The myth of the national interest in the Cameron coalition narrative

The launch of the Lib-Con’s ‘Programme for Government’ saw Prime Minister Cameron appeal not for the first time to the ‘national interest’, a concept that seems to be gaining increasing currency in anticipation of the possibility that established party differences might create embarrassing obstacles in the era of the ‘new politics’.  You will have noticed, and will continue to experience, the authoritative invocation of this handy phrase from the leaders of the government.  I would advise any optimistic Coalitionists out there that ‘the national interest’ does not lend itself to much objective usage.
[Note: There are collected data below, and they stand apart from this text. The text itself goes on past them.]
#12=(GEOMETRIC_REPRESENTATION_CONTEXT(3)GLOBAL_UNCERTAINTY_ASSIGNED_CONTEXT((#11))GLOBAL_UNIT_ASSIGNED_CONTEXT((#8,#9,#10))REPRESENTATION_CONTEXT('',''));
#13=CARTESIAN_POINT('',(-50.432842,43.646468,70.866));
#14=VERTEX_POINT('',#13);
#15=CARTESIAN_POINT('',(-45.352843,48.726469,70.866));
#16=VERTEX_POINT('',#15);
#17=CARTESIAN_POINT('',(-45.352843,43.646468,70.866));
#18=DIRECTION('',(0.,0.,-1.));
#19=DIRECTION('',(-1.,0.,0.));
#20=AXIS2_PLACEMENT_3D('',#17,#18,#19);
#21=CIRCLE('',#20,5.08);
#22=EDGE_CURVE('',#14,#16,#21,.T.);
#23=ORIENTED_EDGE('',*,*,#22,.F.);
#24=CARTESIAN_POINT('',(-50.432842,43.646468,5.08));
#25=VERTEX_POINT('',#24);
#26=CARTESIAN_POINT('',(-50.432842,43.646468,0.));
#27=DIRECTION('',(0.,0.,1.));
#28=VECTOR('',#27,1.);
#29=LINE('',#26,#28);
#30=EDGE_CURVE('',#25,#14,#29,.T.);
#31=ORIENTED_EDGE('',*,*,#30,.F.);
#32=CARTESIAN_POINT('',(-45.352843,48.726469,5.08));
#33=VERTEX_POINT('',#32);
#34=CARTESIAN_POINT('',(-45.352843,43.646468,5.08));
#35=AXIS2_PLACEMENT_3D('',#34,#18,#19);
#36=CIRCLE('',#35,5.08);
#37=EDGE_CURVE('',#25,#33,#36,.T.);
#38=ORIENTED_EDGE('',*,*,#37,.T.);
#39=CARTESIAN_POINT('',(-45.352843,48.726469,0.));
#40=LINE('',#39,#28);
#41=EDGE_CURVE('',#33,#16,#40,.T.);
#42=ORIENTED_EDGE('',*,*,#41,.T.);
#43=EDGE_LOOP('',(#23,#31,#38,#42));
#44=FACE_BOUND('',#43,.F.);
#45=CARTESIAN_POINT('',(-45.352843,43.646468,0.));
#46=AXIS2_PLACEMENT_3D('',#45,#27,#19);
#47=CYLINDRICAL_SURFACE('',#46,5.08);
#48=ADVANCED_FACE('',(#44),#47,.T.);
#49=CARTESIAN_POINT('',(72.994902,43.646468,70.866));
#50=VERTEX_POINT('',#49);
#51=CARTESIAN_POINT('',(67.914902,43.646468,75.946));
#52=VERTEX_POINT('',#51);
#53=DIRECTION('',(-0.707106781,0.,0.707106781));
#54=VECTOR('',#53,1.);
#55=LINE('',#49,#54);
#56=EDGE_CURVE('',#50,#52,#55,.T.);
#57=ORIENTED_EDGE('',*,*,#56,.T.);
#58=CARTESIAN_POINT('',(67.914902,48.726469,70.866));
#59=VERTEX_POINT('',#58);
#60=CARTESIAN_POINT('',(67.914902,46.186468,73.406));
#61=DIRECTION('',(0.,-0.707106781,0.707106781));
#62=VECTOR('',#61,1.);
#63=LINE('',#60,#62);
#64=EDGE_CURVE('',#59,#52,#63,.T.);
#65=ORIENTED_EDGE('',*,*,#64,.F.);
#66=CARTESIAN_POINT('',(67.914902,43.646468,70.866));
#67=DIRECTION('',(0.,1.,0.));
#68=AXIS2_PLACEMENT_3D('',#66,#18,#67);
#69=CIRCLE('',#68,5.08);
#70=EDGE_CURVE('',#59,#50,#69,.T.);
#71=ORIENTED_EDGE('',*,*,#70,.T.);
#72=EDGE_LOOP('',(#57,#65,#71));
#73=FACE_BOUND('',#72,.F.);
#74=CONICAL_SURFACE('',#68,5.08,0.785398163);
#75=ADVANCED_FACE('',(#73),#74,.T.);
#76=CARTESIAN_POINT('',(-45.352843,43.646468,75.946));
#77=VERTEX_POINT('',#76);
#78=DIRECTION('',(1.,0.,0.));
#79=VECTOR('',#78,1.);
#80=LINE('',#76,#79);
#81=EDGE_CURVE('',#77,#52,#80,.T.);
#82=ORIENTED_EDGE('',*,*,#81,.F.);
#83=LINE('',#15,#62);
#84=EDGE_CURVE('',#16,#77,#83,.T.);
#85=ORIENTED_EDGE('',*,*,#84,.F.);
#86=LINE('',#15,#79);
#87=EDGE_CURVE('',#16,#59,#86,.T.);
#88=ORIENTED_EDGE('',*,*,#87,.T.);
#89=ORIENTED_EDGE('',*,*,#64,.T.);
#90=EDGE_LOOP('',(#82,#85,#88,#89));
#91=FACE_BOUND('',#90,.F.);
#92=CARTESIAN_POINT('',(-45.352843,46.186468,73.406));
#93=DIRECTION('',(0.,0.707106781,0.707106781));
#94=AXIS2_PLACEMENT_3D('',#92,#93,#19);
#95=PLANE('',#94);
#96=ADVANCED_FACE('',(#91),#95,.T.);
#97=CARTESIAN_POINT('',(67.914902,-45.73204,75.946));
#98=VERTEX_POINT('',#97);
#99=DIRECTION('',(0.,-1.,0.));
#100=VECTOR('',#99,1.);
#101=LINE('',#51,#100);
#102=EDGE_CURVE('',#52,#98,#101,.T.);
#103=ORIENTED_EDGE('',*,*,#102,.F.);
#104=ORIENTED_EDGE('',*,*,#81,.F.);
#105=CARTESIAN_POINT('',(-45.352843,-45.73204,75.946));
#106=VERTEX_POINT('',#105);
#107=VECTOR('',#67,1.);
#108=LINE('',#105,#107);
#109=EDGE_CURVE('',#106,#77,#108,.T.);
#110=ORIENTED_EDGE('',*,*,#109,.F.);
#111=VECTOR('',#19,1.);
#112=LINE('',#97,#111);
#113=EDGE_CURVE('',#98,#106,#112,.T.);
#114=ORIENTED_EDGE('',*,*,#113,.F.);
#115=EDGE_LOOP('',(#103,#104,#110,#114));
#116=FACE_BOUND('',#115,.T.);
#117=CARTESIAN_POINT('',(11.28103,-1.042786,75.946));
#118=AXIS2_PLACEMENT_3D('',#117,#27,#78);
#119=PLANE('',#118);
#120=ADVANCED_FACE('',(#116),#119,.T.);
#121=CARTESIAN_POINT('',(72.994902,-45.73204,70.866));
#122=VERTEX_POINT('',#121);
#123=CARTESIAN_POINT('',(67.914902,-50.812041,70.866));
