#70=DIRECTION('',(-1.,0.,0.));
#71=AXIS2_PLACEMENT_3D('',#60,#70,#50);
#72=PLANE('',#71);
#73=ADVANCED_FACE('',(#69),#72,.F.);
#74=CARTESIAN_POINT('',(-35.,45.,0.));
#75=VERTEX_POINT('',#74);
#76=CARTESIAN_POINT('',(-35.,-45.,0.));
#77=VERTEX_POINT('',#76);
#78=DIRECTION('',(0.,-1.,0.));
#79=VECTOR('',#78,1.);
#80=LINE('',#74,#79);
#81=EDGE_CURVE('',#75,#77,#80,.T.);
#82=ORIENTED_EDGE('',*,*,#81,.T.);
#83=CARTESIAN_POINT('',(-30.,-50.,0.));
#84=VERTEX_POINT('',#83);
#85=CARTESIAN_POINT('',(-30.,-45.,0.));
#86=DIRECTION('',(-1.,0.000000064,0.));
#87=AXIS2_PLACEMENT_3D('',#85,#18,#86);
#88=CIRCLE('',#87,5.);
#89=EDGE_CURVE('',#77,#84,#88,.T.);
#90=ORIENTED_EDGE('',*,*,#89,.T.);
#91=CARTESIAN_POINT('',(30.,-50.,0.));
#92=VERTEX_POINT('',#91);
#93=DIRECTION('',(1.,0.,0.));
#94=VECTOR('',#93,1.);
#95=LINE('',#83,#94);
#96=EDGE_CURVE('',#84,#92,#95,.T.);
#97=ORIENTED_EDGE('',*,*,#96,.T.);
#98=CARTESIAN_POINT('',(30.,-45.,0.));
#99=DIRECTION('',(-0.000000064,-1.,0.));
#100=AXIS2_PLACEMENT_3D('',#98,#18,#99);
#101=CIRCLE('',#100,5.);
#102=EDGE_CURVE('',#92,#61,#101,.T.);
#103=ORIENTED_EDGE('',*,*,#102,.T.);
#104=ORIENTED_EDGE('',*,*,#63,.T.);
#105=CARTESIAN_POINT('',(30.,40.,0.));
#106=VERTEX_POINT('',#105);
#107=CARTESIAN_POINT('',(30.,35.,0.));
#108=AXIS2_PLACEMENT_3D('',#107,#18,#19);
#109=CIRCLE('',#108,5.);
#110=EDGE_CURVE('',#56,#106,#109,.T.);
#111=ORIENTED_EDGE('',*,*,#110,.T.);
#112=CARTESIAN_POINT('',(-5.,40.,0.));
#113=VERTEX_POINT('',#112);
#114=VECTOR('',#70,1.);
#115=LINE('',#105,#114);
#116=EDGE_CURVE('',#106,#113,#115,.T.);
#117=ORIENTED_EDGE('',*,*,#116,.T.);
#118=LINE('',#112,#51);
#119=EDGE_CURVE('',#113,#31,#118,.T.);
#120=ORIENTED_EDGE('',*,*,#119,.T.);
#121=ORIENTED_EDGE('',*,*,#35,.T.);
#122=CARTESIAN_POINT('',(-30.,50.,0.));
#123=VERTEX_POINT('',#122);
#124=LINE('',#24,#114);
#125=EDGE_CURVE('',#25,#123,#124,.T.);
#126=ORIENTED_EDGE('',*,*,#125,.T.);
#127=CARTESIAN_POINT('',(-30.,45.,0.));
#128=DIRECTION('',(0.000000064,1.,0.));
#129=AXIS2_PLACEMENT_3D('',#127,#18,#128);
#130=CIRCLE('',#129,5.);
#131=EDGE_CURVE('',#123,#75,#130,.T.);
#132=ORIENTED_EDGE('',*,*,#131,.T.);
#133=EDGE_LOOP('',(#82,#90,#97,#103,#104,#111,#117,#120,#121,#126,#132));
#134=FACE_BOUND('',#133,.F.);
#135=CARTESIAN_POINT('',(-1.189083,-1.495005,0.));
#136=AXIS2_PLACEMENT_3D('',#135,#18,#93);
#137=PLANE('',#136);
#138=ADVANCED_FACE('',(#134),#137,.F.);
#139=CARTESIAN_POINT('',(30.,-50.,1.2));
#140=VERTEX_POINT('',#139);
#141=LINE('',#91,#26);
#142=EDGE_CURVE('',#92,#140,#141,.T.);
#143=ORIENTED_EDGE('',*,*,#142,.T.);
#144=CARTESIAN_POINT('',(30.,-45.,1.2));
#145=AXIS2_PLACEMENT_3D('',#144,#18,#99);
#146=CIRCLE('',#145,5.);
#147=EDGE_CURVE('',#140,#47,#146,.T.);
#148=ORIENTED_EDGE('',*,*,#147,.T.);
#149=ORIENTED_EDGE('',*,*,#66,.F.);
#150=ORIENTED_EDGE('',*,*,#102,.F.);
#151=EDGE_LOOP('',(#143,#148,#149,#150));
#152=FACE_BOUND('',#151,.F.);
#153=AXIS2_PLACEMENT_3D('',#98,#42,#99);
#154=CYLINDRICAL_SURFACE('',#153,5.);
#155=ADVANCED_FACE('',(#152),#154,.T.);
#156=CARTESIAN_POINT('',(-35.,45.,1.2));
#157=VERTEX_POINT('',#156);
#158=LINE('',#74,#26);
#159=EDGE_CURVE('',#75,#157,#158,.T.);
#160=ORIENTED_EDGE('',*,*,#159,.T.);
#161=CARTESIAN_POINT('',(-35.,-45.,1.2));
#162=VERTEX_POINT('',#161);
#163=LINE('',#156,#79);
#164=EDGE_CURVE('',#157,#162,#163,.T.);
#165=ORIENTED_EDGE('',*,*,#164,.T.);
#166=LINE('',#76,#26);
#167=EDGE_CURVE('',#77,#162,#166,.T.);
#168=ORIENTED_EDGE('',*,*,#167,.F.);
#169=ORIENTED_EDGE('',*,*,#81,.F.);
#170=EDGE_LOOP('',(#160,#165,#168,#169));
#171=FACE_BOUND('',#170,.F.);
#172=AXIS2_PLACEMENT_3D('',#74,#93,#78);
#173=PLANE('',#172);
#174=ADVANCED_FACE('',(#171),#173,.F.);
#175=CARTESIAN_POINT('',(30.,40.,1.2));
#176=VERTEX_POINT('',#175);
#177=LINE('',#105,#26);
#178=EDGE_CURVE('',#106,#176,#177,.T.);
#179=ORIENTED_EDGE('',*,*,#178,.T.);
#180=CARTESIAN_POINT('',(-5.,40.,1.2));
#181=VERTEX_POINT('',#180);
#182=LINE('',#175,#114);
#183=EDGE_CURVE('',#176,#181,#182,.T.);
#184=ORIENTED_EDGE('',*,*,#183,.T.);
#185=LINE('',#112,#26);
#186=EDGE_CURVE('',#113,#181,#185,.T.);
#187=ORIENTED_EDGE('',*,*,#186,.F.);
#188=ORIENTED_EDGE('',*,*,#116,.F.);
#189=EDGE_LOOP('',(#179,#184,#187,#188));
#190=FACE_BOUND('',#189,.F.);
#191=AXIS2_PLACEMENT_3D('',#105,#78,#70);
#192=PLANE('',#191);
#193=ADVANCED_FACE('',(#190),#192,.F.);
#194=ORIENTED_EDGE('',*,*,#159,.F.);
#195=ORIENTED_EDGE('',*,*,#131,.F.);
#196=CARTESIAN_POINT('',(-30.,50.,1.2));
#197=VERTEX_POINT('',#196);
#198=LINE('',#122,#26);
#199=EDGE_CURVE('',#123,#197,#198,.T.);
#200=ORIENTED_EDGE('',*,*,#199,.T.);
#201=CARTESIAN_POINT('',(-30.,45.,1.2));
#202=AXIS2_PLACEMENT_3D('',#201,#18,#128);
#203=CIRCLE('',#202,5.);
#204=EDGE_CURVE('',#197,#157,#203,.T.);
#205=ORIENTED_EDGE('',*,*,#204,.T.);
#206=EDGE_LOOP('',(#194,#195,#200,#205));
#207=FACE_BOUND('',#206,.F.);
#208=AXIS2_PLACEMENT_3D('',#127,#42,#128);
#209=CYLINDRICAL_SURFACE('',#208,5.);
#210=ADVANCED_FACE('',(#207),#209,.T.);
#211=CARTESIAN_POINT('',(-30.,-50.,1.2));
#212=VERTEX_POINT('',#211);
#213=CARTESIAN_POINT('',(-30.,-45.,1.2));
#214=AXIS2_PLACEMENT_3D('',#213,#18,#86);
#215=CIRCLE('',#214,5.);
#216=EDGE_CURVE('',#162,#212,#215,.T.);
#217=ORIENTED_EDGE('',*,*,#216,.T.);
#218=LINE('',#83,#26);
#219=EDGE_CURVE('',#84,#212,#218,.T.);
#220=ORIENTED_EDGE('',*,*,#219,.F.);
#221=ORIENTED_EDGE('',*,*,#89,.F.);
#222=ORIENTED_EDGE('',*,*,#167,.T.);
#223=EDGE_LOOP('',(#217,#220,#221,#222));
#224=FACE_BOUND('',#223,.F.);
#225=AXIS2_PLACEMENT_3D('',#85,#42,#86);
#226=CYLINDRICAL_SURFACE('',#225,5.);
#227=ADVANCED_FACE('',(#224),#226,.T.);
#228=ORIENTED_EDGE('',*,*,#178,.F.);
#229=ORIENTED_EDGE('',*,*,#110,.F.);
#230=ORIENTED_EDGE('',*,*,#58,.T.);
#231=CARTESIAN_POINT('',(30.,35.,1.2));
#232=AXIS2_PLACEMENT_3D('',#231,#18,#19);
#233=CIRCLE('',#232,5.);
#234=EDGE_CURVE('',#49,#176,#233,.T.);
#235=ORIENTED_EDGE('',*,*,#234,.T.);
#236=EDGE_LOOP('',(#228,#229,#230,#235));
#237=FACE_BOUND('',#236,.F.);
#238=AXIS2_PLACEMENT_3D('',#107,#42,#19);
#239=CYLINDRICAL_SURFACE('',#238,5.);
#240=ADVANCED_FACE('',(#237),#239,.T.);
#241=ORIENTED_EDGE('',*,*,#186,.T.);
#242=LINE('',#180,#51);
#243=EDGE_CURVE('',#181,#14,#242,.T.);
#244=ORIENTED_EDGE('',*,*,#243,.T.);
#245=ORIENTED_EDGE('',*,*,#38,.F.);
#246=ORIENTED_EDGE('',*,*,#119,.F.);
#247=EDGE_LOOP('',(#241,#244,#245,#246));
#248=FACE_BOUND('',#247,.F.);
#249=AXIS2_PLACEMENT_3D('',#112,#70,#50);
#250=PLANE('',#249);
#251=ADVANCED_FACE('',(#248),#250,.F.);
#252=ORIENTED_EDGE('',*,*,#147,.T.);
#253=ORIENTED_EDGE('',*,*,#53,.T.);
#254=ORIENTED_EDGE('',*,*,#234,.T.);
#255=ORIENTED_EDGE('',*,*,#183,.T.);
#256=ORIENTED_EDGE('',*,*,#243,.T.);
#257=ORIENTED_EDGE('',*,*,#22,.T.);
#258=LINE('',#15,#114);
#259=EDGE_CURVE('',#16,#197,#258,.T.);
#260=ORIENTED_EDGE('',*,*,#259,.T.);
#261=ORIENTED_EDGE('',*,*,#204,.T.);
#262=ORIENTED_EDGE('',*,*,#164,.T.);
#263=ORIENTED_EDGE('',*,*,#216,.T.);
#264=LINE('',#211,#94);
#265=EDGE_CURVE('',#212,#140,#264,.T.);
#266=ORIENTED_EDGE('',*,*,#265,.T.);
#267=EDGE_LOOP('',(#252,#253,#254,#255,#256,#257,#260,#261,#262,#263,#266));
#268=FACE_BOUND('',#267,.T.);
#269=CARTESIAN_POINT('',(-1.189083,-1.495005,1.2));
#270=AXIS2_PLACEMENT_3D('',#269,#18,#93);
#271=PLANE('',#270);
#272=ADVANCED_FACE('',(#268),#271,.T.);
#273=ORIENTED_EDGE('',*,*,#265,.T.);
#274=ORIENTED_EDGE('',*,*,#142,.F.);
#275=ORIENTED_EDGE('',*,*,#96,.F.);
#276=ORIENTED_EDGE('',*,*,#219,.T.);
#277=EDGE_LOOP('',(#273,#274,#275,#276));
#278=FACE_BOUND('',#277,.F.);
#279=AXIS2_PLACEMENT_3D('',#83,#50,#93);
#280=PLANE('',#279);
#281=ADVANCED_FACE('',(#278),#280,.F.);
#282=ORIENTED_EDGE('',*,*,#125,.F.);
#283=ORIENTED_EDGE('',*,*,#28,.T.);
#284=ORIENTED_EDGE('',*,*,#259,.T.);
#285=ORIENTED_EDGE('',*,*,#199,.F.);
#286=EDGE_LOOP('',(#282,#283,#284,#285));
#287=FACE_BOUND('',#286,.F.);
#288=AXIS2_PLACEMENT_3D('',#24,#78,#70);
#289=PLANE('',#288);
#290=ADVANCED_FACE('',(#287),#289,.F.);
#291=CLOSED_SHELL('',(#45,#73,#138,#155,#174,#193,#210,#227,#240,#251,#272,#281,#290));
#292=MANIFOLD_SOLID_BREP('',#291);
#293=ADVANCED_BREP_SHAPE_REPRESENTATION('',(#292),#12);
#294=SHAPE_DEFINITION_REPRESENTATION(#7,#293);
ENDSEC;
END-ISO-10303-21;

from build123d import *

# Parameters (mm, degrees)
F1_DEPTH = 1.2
It is establishing itself in Cameron and Clegg’s vocabulary with good reason too.  While the Coalition will continue to portray a convergence of values based on a thoroughly legitimate concern for the ex-government’s erosion of civil liberties, Labour’s statism will become a bit of a straw man after a while.  Obvious ideological differences between the Lib Dems and the Tories will be exploited to full effect by Labour in opposition and the media, and the idea that these can be rendered benign by a higher cause has obvious appeal to both sides of the Coalition.  

Putting aside party interests’ is a particularly banal tautology; at what point would the Conservative Party concede that their principles do not reflect what’s best for Britain?  Are we to assume that the past two weeks have revealed some happy coincidence between Tory fiscal policy and the national interest?  If we had a Labour government right now, the national interest would be defined as maintaining fiscal stimulus, and protecting the recovery.  Instead Britain’s interests are best served by immediate cuts.  The pliability of the term exposes the absurdity of any attempt to use it seriously.

The Coalition, existential proof of the diversity and representativeness of British politics, rests on the fiction that Cameron will objectively defend the national interest, which logically implies that the national interest must be seen as threatened.  Immediately after the scale of the Conservatives’ underachievement in the election had been recognised, Cameron began the public rationalisation of a deal with the Lib Dems. His post-election speech, ‘National interest first’ will be remembered for its ‘big, open and comprehensive offer’ to Clegg.  But it is also indicative of the kind of alarmist, apocalyptic rhetoric which will be essential to the success of the Coalition government:

‘[Britain] did not vote for party political bickering, grandstanding and point scoring – our country’s problems are too serious, they are too urgent, for that…We must sort things out, as quickly as possible, for the good of the country’

So Cameron dutifully assumes the traditional paternal vestige of his party, clearing up Labour’s mess and administering the painful but necessary policies that serve the interests not of a self-serving elite but of the nation.  I’m not saying this sort of negative cohesion is anything new in politics – it is as old as the hills. This makes its usage by Cameron in suggesting that we have entered the ‘new politics’ even more nauseating.